Premier long métrage du cinéaste turc Mehmet Can Mertoglu
Avec Sebnem Bozoklu, Müfit Jacayan, Murat Kliiç
Présenté à la Semaine de la critique (festival Cannes 2016)
Au départ une supercherie : un couple infertile "invente" une grossesse – ventre faussement arrondi couple heureux, visage souriant, - puis procède à l'adoption - bébé dans les bras du " géniteur", de la "parturiente", du chirurgien obstétricien etc. Ces clichés ces instantanés voire ces selfies ce sera l’album de famille !
Le réalisateur a choisi une forme laconique et le style pince-sans-rire : peu de dialogues, caméra fixe souvent, personnages en frontal figés dans leurs mensonges, ou plans larges pour dénoncer à la fois le fameux mythe de la virilité liée à la procréation, le racisme des personnages principaux (classe moyenne) et cette tendance condamnable à falsifier l’histoire en la réécrivant (apanage des dictatures et des prétendues démocraties…dont celle d'Erdogan...)

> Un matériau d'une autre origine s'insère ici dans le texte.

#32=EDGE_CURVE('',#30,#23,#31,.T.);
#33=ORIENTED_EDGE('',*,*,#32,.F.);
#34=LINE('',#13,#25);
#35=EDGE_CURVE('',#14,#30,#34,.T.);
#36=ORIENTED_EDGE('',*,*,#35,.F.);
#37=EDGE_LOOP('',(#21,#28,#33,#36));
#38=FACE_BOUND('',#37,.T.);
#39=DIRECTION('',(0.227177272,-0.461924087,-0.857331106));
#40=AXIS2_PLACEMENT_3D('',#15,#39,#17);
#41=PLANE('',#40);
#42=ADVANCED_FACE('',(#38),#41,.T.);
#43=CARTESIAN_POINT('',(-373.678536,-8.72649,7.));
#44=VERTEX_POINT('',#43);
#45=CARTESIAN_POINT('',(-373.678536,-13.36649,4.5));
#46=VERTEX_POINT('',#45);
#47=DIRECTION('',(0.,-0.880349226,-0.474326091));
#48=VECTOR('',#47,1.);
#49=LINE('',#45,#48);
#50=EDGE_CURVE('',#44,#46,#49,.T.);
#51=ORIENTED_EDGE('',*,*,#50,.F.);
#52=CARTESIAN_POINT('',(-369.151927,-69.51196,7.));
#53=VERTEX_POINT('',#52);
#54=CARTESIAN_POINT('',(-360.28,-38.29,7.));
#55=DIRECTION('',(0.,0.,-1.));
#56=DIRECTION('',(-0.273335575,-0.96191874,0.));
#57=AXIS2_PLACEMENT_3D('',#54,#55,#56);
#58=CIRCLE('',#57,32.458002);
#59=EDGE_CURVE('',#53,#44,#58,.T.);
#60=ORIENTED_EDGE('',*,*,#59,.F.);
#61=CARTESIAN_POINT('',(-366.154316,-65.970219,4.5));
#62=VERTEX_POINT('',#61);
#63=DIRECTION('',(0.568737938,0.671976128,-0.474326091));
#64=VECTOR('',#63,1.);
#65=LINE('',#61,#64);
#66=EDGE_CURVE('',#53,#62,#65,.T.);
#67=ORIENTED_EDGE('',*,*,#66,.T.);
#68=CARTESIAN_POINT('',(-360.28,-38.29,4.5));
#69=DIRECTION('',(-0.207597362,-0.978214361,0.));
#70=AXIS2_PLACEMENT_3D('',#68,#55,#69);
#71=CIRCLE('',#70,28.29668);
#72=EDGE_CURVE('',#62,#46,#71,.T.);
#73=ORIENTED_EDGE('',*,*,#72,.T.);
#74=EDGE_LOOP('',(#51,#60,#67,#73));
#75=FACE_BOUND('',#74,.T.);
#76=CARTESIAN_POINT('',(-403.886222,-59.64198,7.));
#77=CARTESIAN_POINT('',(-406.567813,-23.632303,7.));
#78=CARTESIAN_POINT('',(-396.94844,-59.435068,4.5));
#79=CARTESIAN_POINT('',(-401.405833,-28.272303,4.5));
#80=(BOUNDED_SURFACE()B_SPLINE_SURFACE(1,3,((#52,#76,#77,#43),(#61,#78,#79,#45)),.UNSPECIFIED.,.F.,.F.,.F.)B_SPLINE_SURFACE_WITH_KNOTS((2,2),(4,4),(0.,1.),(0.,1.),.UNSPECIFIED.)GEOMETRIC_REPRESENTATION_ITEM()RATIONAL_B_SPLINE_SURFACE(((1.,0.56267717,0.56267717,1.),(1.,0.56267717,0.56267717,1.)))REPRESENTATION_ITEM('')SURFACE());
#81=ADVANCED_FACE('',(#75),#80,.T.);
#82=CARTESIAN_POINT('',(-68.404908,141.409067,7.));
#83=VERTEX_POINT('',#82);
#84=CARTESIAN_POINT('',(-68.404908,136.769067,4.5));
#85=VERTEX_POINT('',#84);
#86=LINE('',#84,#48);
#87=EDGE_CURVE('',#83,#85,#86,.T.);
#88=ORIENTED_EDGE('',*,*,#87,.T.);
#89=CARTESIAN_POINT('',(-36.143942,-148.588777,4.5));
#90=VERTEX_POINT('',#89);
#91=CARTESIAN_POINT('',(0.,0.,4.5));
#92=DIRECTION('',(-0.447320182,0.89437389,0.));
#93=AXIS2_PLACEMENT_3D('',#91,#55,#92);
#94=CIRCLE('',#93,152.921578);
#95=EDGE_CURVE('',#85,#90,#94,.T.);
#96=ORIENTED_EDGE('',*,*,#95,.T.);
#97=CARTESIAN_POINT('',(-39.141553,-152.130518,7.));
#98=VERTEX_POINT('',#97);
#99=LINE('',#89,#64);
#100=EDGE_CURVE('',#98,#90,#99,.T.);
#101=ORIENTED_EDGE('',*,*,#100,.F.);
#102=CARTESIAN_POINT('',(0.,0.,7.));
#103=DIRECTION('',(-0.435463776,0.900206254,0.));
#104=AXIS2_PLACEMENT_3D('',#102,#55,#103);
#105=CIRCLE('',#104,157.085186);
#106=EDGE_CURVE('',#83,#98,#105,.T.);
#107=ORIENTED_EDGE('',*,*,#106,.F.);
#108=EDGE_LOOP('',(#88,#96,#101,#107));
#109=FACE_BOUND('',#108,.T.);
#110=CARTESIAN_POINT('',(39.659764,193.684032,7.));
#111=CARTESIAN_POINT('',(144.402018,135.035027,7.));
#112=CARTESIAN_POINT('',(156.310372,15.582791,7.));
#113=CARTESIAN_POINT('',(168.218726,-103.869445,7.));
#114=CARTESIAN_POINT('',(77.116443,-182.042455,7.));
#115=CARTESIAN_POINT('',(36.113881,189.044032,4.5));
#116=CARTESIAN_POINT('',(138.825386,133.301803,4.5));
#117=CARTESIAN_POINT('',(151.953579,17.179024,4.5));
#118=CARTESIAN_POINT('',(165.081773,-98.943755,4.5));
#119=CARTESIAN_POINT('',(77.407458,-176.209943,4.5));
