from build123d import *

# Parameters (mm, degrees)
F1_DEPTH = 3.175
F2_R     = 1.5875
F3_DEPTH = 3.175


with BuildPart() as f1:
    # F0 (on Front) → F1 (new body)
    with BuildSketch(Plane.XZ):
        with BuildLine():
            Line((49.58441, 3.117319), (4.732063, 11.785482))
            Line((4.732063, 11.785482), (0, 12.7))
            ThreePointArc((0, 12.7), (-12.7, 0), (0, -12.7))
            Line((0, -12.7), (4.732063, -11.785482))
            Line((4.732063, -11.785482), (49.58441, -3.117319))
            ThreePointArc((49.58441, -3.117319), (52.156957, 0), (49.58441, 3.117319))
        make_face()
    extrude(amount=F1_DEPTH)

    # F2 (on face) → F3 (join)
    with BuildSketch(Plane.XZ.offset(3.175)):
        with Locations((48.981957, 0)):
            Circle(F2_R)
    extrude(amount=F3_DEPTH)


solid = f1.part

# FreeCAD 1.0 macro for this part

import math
import FreeCAD as App
import Part
import Sketcher
from FreeCAD import Vector
Q = App.Units.Quantity

doc = App.newDocument("Part")
body = doc.addObject("PartDesign::Body", "Body")

# Sketch on XZ plane
sketch1 = body.newObject("Sketcher::SketchObject", "Sketch")
sketch1.AttachmentSupport = (doc.getObject("XZ_Plane"), [""])
sketch1.MapMode = "FlatFace"
sketch1.addGeometry([
    Part.LineSegment(Vector(49.6, 3.1, 0), Vector(4.7, 11.8, 0)),  # 0
    Part.LineSegment(Vector(4.7, 11.8, 0), Vector(0, 12.7, 0)),  # 1
    Part.ArcOfCircle(Part.Circle(Vector(0, 0, 0), Vector(0, 0, 1), 12.7), math.radians(90), math.radians(270)),  # 2
    Part.LineSegment(Vector(0, -12.7, 0), Vector(4.7, -11.8, 0)),  # 3
    Part.LineSegment(Vector(4.7, -11.8, 0), Vector(49.6, -3.1, 0)),  # 4
    Part.ArcOfCircle(Part.Circle(Vector(49, 0, 0), Vector(0, 0, 1), 3.2), math.radians(-79), math.radians(79)),  # 5
], False)
sketch1.addConstraint([
    Sketcher.Constraint("Coincident", 0, 2, 1, 1),
    Sketcher.Constraint("Coincident", 1, 2, 2, 1),
    Sketcher.Constraint("Coincident", 2, 2, 3, 1),
    Sketcher.Constraint("Coincident", 3, 2, 4, 1),
    Sketcher.Constraint("Tangent", 4, 2, 5, 1),
    Sketcher.Constraint("Tangent", 5, 2, 0, 1),
    Sketcher.Constraint("Coincident", 2, 3, -1, 1),
    Sketcher.Constraint("Symmetric", 0, 2, 3, 2, -1),
    Sketcher.Constraint("PointOnObject", 5, 3, -1),
    Sketcher.Constraint("PointOnObject", 1, 2, -2),
    Sketcher.Constraint("PointOnObject", 2, 2, -2),
    Sketcher.Constraint("Parallel", 0, 1),
    Sketcher.Constraint("Radius", 2, Q("0.5 in")),
    Sketcher.Constraint("Radius", 5, Q("0.125 in")),
    Sketcher.Constraint("DistanceY", 4, 2, 0, 2, Q("14.902801 mm")),
    Sketcher.Constraint("DistanceX", -1, 1, 4, 2, Q("49.58441 mm")),
])
pad1 = body.newObject("PartDesign::Pad", "Pad")
pad1.Profile = sketch1
pad1.Length = Q("0.125 in")

# Sketch on XZ plane
sketch2 = body.newObject("Sketcher::SketchObject", "Sketch001")
sketch2.AttachmentSupport = (doc.getObject("XZ_Plane"), [""])
sketch2.MapMode = "FlatFace"
sketch2.AttachmentOffset = App.Placement(Vector(0, 0, 0.125 * 25.4), App.Rotation())
sketch2.addGeometry(Part.Circle(Vector(49, 0, 0), Vector(0, 0, 1), 1.6), False)
sketch2.addConstraint([
    Sketcher.Constraint("PointOnObject", 0, 3, -1),
    Sketcher.Constraint("Diameter", 0, Q("0.125 in")),
    Sketcher.Constraint("DistanceX", -1, 1, 0, 3, Q("48.981957 mm")),
])
pad2 = body.newObject("PartDesign::Pad", "Pad001")
pad2.Profile = sketch2
pad2.Length = Q("0.125 in")

doc.recompute()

Le ton était donné dès le prologue qui tient d’un documentaire animalier sur les différentes étapes de l’insémination artificielle d’une vache ; soit trois scènes dans un univers froid -depuis la récupération du sperme du taureau jusqu’à la naissance du veau en passant par les manips en laboratoire. L’analogie s’impose dans son implacable évidence : l’homme est un animal ; le mâle a vocation de procréer ; l’être humain obéit en s’y soumettant à tous les carcans qui jugulent sa liberté ou dictent sa pensée.
Des saynètes vont se dérouler comme autant de tableaux illustrant cette quotidienneté. Si celle-ci est souvent étrange (décalage entre les propos entendus et les images qui les démentent) parfois surréaliste (dinde qui s’ébat dans le bureau du directeur de l’orphelinat) elle frappe surtout par l’antipathie que suscitent les deux personnages principaux Bahar et Cüneyt (racisme primaire, goinfrerie animale, soumission à tous les diktats). La séquence finale près de la cascade serait-elle signe d’ouverture ? ou condamnation sans appel?
On pourra toujours affirmer que le cinéaste turc est dans la lignée de Kaurismaki ou de Corneliu Porumboiu. Cette comparaison vaut pour la forme elliptique et distancée ; mais l‘humour si particulier de "l’album de famille" ne se catégorise pas ! Une chose est sûre : Il met souvent mal à l’aise.
La charge contre le régime turc en sera-t-elle plus efficace??